Читать «Там, где престол сатаны. Том 2» онлайн - страница 455

Александр Иосифович Нежный

– Однако. Интернат в его жизни был и быльем порос. Ну запихнул его туда непутевый папаша, сбагрил с рук – а вы его все норовите этим кольнуть. Некрасиво. И потом, дражайший мой ревнитель нравственности: нам ли не понимать относительности условий, в каковых произрастает юный человек. Святой из интерната и садист из привилегированной школы – я, например, такого поворота не исключаю.

– Но все-таки: самое серьезное действие, какое человек когда-либо совершает в своей жизни – это смерть. Разве не так?

– И?

– Что «и»? Надо все-таки с достоинством… Положим, его там убьют, хотя я в это не верю. Но согласитесь, нельзя переходить в лучший мир с вожделением в сердце. Это все равно, что из публичного дома сразу же прийти в церковь.

– Уж не полагаете ли вы сразить меня подобным сравнением? Я вам отвечу: там сбывают один товар, здесь – другой. Не вижу разницы. Там вам могут подсунуть девушку с дурной болезнью, здесь – подвергнуть духовному растлению. В конце концов, грешить бесстыдно, непробудно, а потом с похмельной головой явиться в божий храм – это и есть удел русского человека.

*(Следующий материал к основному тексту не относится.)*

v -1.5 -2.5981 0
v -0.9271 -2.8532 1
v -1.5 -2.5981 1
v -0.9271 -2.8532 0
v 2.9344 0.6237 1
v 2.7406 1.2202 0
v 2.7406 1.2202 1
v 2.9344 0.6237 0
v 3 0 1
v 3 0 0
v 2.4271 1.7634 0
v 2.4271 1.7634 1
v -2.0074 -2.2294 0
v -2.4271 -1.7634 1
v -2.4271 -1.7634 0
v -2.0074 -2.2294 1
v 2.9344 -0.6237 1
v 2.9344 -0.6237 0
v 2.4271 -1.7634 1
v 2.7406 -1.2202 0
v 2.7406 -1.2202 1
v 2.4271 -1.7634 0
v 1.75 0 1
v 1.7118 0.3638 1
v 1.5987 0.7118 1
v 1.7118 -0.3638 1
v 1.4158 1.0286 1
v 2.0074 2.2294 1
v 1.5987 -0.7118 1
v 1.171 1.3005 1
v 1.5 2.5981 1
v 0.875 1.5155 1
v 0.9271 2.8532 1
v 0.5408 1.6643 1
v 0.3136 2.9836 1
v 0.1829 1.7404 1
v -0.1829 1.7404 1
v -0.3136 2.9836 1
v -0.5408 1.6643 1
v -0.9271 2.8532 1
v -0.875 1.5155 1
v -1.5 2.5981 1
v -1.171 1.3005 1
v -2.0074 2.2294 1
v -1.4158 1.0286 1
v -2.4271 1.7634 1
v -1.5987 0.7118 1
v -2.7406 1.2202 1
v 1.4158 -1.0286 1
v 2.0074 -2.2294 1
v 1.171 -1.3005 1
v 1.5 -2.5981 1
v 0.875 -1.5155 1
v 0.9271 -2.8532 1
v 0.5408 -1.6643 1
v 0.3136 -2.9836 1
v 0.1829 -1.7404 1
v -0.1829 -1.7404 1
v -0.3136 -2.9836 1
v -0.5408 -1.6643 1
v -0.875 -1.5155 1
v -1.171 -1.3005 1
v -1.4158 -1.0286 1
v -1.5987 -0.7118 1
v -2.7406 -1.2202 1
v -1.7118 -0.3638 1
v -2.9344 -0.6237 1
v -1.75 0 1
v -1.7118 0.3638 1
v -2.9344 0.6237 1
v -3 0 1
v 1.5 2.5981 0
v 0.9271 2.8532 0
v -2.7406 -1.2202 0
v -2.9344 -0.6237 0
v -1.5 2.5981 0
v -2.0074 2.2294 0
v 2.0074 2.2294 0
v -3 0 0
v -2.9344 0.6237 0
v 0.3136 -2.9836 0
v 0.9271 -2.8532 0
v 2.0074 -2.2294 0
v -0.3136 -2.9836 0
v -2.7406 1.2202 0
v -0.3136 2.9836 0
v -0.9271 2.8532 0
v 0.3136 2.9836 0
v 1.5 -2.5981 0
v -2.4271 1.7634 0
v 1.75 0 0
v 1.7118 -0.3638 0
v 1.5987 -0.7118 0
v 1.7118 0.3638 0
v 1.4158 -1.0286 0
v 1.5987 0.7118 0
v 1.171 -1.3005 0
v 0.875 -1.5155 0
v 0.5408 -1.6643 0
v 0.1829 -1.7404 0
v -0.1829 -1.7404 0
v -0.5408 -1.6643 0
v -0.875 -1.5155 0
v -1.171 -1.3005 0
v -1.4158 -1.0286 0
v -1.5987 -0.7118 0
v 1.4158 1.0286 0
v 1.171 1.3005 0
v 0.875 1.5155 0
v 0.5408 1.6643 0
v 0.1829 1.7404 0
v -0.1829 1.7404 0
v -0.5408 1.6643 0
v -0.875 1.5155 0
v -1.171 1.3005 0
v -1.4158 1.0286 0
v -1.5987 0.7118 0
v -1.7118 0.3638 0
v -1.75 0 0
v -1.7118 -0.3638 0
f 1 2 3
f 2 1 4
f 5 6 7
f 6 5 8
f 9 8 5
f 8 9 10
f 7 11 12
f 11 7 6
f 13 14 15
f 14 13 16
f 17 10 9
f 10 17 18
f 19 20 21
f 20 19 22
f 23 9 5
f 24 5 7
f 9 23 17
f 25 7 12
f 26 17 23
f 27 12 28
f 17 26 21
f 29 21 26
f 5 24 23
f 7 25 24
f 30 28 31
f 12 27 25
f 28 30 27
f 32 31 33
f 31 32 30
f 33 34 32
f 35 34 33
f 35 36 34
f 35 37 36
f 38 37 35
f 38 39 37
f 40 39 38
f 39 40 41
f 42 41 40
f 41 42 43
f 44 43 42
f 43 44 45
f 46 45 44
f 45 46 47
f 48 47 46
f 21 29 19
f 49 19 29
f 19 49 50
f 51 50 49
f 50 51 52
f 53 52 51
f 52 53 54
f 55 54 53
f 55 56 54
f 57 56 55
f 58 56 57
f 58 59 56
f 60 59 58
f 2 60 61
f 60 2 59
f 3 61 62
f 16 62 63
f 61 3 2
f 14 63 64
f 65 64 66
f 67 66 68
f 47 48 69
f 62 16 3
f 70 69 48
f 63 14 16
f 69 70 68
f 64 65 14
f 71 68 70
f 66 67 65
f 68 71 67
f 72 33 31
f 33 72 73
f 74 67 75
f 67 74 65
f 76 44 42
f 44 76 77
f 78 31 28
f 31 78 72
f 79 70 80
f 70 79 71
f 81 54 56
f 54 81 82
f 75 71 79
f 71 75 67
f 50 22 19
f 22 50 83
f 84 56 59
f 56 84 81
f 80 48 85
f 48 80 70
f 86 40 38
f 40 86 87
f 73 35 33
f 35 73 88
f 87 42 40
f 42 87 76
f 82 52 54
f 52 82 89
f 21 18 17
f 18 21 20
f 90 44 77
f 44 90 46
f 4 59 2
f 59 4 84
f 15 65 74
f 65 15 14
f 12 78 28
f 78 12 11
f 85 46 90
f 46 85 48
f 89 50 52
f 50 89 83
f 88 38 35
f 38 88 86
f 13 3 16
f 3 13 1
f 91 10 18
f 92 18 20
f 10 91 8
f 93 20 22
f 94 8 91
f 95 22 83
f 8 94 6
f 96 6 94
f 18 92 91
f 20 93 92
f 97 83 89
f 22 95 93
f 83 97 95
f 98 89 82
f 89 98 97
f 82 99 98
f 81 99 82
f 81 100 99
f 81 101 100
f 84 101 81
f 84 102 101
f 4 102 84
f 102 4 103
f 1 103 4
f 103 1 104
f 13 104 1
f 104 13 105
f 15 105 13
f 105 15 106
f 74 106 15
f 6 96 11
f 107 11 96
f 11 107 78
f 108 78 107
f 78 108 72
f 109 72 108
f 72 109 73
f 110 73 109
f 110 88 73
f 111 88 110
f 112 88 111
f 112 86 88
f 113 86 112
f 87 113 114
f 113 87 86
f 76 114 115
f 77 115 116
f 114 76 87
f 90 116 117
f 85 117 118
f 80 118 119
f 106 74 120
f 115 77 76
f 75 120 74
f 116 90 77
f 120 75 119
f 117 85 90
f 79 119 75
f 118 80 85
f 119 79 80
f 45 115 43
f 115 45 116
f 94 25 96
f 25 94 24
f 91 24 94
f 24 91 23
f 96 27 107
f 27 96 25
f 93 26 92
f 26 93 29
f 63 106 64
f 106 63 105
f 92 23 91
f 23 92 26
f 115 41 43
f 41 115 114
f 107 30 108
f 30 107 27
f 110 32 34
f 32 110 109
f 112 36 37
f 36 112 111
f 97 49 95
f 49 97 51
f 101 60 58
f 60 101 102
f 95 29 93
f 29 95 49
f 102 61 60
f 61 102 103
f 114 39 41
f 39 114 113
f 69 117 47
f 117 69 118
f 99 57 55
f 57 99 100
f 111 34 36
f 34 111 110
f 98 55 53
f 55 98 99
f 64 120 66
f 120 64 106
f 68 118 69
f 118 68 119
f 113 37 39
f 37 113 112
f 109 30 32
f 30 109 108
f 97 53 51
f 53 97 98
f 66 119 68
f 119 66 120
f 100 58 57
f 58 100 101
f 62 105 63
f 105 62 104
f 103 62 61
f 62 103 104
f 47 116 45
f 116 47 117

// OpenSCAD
difference() {
	height=1;
	hole_r=1.75;
	$fs=0.1;
	cylinder(h=height, r=3);
	cylinder(h=height, r=hole_r);
}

– Прекратите кощунствовать!

– Друг мой, что вы говорите! Умоляю, скажите сейчас же, сию минуту, что это вырвалось помимо вас, оно не ваше, не ваше сердечное…

– О, как мне опостылел этот словесный блуд! Давайте же решать…

15

Эти три голоса ужасно мешали Сергею Павловичу. И без них было ему и больно, и тошно, а они вроде трех бормашин прямо-таки сверлили ему голову. Особенно неприятен был ему один, мало того что резкий фальцет, да еще накаленный сознанием собственной непогрешимой правоты. Тот самый, что ввиду нравственного недостоинства Сергея Павловича отказывал ему в праве сегодня ночью из кельи Гурия похитить тайную грамоту. Второму было как будто на все наплевать, но скорее от безнадежности, чем от равнодушия. И третий, бедненький, вертелся между ними, как уж на сковородке, желая и невинность соблюсти, и капитал приобрести, а главное, во что бы то ни стало представить Сергея Павловича в наилучшем виде, несмотря на привитые в интернате дурные нравы, привычку к алкоголю с явным предпочтением водки, случайные связи, кратковременное увлечение лебедью-Олей, Людмилу Донатовну и прочие имевшиеся в его жизни пятна и падения. С каждым из троих, даже со своим бескорыстным заступником, младший Боголюбов, если бы не скверное состояние здоровья, готов был незамедлительно вступить в спор и, как дважды два, доказать, к примеру, что незачем ему, добыв манускрипт, спешить на совет к умудренным опытом мужам государства и церкви. Кто они такие, эти мужи? Любой разбойник с большой дороги благороднее их. Хорошо ли вы помните их жизнь и деятельность? Пролитую ими невинную кровь, суды с удавленной Фемидой, сынов и дочерей отечества, которых они не считали за людей? Хорошо ли вы помните их лица, точнее сказать: хари – свиные, лисьи, волчьи, хари хорьков, гиен, шакалов с маленькими плотоядными глазками? Есть ли подлость, которую они не совершили? Предательство, которым они не заклеймили себя? Ложь, которой они изувечили сознание миллионов? Они сначала заморозили Россию, а теперь, чуть оттаяв, она принялась гнить. Нет уж. Благодарим покорно. Если отправится сегодня в монастырь и, Бог даст, найдет то, за чем сюда явился, – никаких ни с кем советов. В конце концов, разве не для того был погребен документ, чтобы по истечении семидесяти лет водительством свыше, наитием и всякого рода чудесными совпадениями и прозрениями Сергею Павловичу было суждено его обрести? Следует ли зажигать свечу, чтобы поставить ее под спуд, а не на подсвечник, дабы она светила всем в доме? Можно ли призвать себя к выжидательному умолчанию, когда в земле отечества дотлевают косточки непогребенных страдальцев? Молчанием ли не предается наш Господь?